Söz&Kalem Dergisi | Müzeyyen Sena Titiz
Doğada toplamda üç ana renk var, diğer tüm renkler fer'i ve ana renklerin eseri. Asıl, bizi detaya götürür, karışım bize yeni bir renk sunar, bunca çeşitliliği doğuran, ananın (ana renkler) fedakârlığıdır. Eşyada, insanda ve tüm âlemde yerini almış bir nakş-i sermedidir renkler.
Divanenin birine soruldu, şu dünya hayatında senin mesleğin ne ola? “Renk topluyor, renkleri birbirlerine katıyor yeni renkler elde ediyorum.”dedi.
Soyut unsurlar misali el değmeyen, zahiri nazar ile fark edilmeyen, madde üstünde değil mana üzerinde bulunan, tek belirtisi hissiyat olan renkler de yok mudur sizce? Tonları yaşanılana oranla değişen, bin bir envai çeşitleri olan, isimlerini imtihan terazisinin belirlediği renkler. Kişiye özel, imtihanına has, hayatına münhasır renkler. Yani hayatın renkleri. Var mıdır dersiniz?
Hayatın rengi bazen aniden gelen bir ölüm haberi olarak belirlenir. Ya da tekerlekli sandalyesi bir başkası tarafından yürütülen kimsenin derûni mahcubiyeti renginde. Veyahut haklının haksız mesabesine konulması ile boğazda bir düğüm renginde.
Hayat tezat mayınlarla kuşatılmış bir tarla misali. Öldükten sonra tweet’leri zirve yapan bir kimse gibi. Gene onkoloji bölümünde ölüm sessizliği renginde ki koridorun danışman masasından yükselen bir gol sesi gibi.
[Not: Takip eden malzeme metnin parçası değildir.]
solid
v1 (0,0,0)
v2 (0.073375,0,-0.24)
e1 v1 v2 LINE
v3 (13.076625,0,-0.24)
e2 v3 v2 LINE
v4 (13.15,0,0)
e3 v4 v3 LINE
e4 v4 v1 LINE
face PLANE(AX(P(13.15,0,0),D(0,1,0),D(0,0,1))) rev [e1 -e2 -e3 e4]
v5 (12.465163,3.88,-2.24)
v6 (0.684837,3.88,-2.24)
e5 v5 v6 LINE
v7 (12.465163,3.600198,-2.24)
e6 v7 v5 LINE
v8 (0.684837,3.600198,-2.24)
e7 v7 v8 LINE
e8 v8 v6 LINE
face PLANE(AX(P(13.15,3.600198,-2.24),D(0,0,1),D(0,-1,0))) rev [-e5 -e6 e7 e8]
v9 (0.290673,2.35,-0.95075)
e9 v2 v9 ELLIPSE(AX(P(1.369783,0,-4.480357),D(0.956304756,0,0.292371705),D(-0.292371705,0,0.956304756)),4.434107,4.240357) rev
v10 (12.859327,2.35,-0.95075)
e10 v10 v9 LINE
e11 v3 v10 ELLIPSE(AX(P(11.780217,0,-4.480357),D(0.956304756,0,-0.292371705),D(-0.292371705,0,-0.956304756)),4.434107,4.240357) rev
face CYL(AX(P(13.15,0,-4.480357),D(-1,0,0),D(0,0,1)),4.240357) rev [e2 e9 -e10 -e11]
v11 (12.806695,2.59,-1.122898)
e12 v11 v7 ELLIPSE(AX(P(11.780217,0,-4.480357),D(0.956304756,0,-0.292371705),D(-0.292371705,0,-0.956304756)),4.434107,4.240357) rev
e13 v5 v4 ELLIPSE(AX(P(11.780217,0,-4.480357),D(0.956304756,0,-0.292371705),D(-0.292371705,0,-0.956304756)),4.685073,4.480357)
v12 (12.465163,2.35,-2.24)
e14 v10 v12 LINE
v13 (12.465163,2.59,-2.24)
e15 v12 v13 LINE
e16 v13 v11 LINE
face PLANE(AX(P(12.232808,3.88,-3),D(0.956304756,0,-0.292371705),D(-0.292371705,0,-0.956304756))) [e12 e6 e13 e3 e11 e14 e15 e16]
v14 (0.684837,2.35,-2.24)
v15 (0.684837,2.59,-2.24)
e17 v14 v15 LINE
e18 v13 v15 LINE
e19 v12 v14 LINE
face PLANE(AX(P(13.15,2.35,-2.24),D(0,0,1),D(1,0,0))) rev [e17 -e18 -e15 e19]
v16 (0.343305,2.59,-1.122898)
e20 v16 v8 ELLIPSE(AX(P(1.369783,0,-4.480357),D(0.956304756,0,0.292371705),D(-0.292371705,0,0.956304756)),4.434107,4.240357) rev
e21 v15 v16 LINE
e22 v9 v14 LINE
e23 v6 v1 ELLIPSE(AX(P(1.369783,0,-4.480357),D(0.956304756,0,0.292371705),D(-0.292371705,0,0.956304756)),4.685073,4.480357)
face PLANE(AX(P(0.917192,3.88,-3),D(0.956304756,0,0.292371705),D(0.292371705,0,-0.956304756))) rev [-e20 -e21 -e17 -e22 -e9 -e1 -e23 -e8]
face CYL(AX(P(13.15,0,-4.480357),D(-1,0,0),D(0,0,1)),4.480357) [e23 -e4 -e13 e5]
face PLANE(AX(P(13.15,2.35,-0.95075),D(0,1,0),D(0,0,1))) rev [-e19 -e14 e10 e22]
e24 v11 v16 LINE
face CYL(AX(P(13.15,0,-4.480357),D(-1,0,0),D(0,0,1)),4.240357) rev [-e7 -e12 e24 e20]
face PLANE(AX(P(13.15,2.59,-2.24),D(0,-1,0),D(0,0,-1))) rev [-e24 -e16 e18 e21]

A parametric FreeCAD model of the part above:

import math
import FreeCAD as App
import Part
import Sketcher

V = App.Vector
Q = App.Units.Quantity


def add_polygon(sketch, points):
    """Adds a closed chain of lines whose ends are joined by coincident constraints."""
    first, n = sketch.GeometryCount, len(points)
    for a, b in zip(points, points[1:] + points[:1]):
        sketch.addGeometry(Part.LineSegment(App.Vector(*a, 0), App.Vector(*b, 0)), False)
    for i in range(n):
        sketch.addConstraint(Sketcher.Constraint("Coincident", first + i, 2, first + (i + 1) % n, 1))

doc = App.newDocument("Part")
body = doc.addObject("PartDesign::Body", "Body")

# Sketch on YZ plane
sketch1 = body.newObject("Sketcher::SketchObject", "Sketch")
sketch1.AttachmentSupport = (doc.getObject("YZ_Plane"), [""])
sketch1.MapMode = "FlatFace"
sketch1.addGeometry([
    Part.LineSegment(V(0, 0, 0), V(0, -0.24, 0)),  # 0
    Part.ArcOfCircle(Part.Circle(V(0, -4.48, 0), V(0, 0, 1), 4.24), math.radians(56), math.radians(90)),  # 1
    Part.LineSegment(V(2.35, -0.95, 0), V(2.35, -2.24, 0)),  # 2
    Part.LineSegment(V(2.35, -2.24, 0), V(2.59, -2.24, 0)),  # 3
    Part.LineSegment(V(2.59, -2.24, 0), V(2.59, -1.12, 0)),  # 4
    Part.ArcOfCircle(Part.Circle(V(0, -4.48, 0), V(0, 0, 1), 4.24), math.radians(32), math.radians(52)),  # 5
    Part.LineSegment(V(3.6, -2.24, 0), V(3.88, -2.24, 0)),  # 6
    Part.ArcOfCircle(Part.Circle(V(0, -4.48, 0), V(0, 0, 1), 4.48), math.radians(30), math.radians(90)),  # 7
], False)
sketch1.addConstraint([
    Sketcher.Constraint("Coincident", 0, 2, 1, 2),
    Sketcher.Constraint("Coincident", 1, 1, 2, 1),
    Sketcher.Constraint("Coincident", 2, 2, 3, 1),
    Sketcher.Constraint("Coincident", 3, 2, 4, 1),
    Sketcher.Constraint("Coincident", 4, 2, 5, 2),
    Sketcher.Constraint("Coincident", 5, 1, 6, 1),
    Sketcher.Constraint("Coincident", 6, 2, 7, 1),
    Sketcher.Constraint("Coincident", 7, 2, 0, 1),
    Sketcher.Constraint("Vertical", 0),
    Sketcher.Constraint("Vertical", 2),
    Sketcher.Constraint("Horizontal", 3),
    Sketcher.Constraint("Vertical", 4),
    Sketcher.Constraint("Horizontal", 6),
    Sketcher.Constraint("Coincident", 7, 2, -1, 1),
    Sketcher.Constraint("Coincident", 5, 3, 1, 3),
    Sketcher.Constraint("Coincident", 7, 3, 1, 3),
    Sketcher.Constraint("Equal", 1, 5),
    Sketcher.Constraint("PointOnObject", 1, 3, -2),
    Sketcher.Constraint("Horizontal", 3, 2, 5, 1),
    Sketcher.Constraint("Equal", 3, 0),
    Sketcher.Constraint("DistanceY", 2, 2, 0, 2, Q("2 mm")),
    Sketcher.Constraint("DistanceX", 3, 1, 3, 2, Q("0.24 mm")),
    Sketcher.Constraint("DistanceX", -1, 1, 1, 1, Q("2.35 mm")),
    Sketcher.Constraint("DistanceX", -1, 1, 6, 2, Q("3.88 mm")),
])
pad1 = body.newObject("PartDesign::Pad", "Pad")
pad1.Profile = sketch1
pad1.Length = 13.15

# Sketch on XZ plane
sketch2 = body.newObject("Sketcher::SketchObject", "Sketch001")
sketch2.AttachmentSupport = (doc.getObject("XZ_Plane"), [""])
sketch2.MapMode = "FlatFace"
add_polygon(sketch2, [(-2.4, -4.6), (-2.4, 2.4), (15.5, 2.4), (15.5, -4.6)])  # lines 0-3
add_polygon(sketch2, [(0, 0), (0.9, -3), (12.2, -3), (13.2, 0)])  # lines 4-7
sketch2.addConstraint([
    Sketcher.Constraint("Vertical", 0),
    Sketcher.Constraint("Horizontal", 1),
    Sketcher.Constraint("Vertical", 2),
    Sketcher.Constraint("Horizontal", 3),
    Sketcher.Constraint("Horizontal", 5),
    Sketcher.Constraint("Horizontal", 7),
    Sketcher.Constraint("Coincident", 7, 2, -1, 1),
    Sketcher.Constraint("Equal", 4, 6),
    Sketcher.Constraint("Angle", 4, Q("-73 deg")),
    Sketcher.Constraint("DistanceY", 4, 2, -1, 1, Q("3 mm")),
    Sketcher.Constraint("DistanceX", 7, 2, 7, 1, Q("13.15 mm")),
    Sketcher.Constraint("DistanceX", 1, 1, 1, 2, Q("17.928 mm")),
    Sketcher.Constraint("DistanceY", 0, 1, 0, 2, Q("7.018 mm")),
    Sketcher.Constraint("DistanceX", 0, 2, -1, 1, Q("2.389 mm")),
    Sketcher.Constraint("DistanceY", -1, 1, 0, 2, Q("2.389 mm")),
])
pocket1 = body.newObject("PartDesign::Pocket", "Pocket")
pocket1.Profile = sketch2
pocket1.Type = "ThroughAll"
pocket1.Midplane = True

doc.recompute()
Varken ezip kopardığımız yokken kokusunu, güzelliğini aradığımız bir çiçek gibi mesela. Bazen de durakta saatlerce beklenilen otobüsü kaçırmak renginde. Ya da doktorun daha erken getirseydiniz kurtarmıştık sözünün derinliğinde.
Evet, hayatın rengi biraz acı biraz hüzün bir tutam neşe bir dal hasret az biraz yaşanmışlığın aksettiği ânlar ve sonsuz gökyüzü maviliğiyle bütünleşmiş ahenkler silsilesidir. Ancak hayat yaygın olarak sisli bir havanın kapalılığını sever. Fırtınalı, dalgalı ve buruk. Yani imtihan, yani yaşamın anlamı.
Sisli hayatın engebeli yollarında yol almaya devam ediyoruz, süregelen olaylar yer yer ruhumuzu ve bedenimizi yıpratıyor. Gönül dünyamız bir sekinete, ilahi bir inşiraha daimen aç. Doğrudur, yitik bir peygamber babası Yakup aleyhisselam değiliz ya da bir sahrada çocuğu ile tek başına kalmak durumunda kalmış Hacer anne değiliz. Ve yahut taşlarla karşılanan bir Hz Muhammed -sallallahu aleyhi vesellem- misali de değiliz. Ancak imtihan olan hicran aynı hicran, korku, tedirginlik, çaba ve gayret aynısı, taşlama da aynı taşlama, renk gene aynı renk. Demem o ki: imtihanlar bir, tabi tutulanlar farklı. Zorluklar bir mücadeleler ayrı, taşlar bir metotlar ve araçlar envai, renkler bir renklenenler apayrı. İmtihan baştan sona imtihan ve rengi de kokusu da tadı da aynı. Yaşadıkça çok daha tanıdık geliyor siması..
İmtihanlar ile boğuşurken emniyet verecek yatırımlar gereksinimi duyuyoruz daima, bu bazen nakdi iken bazen de manevi oluyor. İnsan, para ile ev satın alabiliyorken gariptir ki huzur satın alamıyor, saat satın alsa zaman satın alamıyor, hastane de satın alsa sıhhat satın alamıyor, alamaz. Nakit bilinen ve yaygın olanın aksine hayatın hamurunda yalnızca tuz işlevi görür. Hayatın mayası ise duygu ve hissiyat orantılı direk ruh ile bağlantılı olan şeylerdir, banal bir misal olarak çok hasta olan birine dünyaları da verseniz onun gözünde afiyetle geçirilecek tek dakikaya bedel değildir. Boşuna insan sevgi ile yaşar dememişler, çünkü insanı zinde tutan yegâne şey fıtri olarak manevi gıdalardan ibarettir. İman, muhabbet, huzur, umut, afiyet, anlayış, teselli, bir sıcak gülümseme ve daha fazlası...
İnsan suresi ikinci ayet muhtevasınca Rabbimiz: “İnsanı yarattık ve imtihan edeceğiz” diye ferman buyuruyor. Yani imtihan insanın yaratılışı ile birlikte var olur ta ki emanetini teslim edinceye kadar. Güzel olan o ki aynı ayetin devamında “biz onu gören ve işiten kıldık” deniliyor, yani evet imtihan edeceğiz ancak bu süreçte onun bu patikaları aşması için yardımcı etkenler de verdik. Göz gibi, kulak gibi ve bunlarla yolunu bulmasını kolaylaştırdık. Ömür bir mülkü ilahidir verildiği esnada kullanma talimatını da yanında vermiştir.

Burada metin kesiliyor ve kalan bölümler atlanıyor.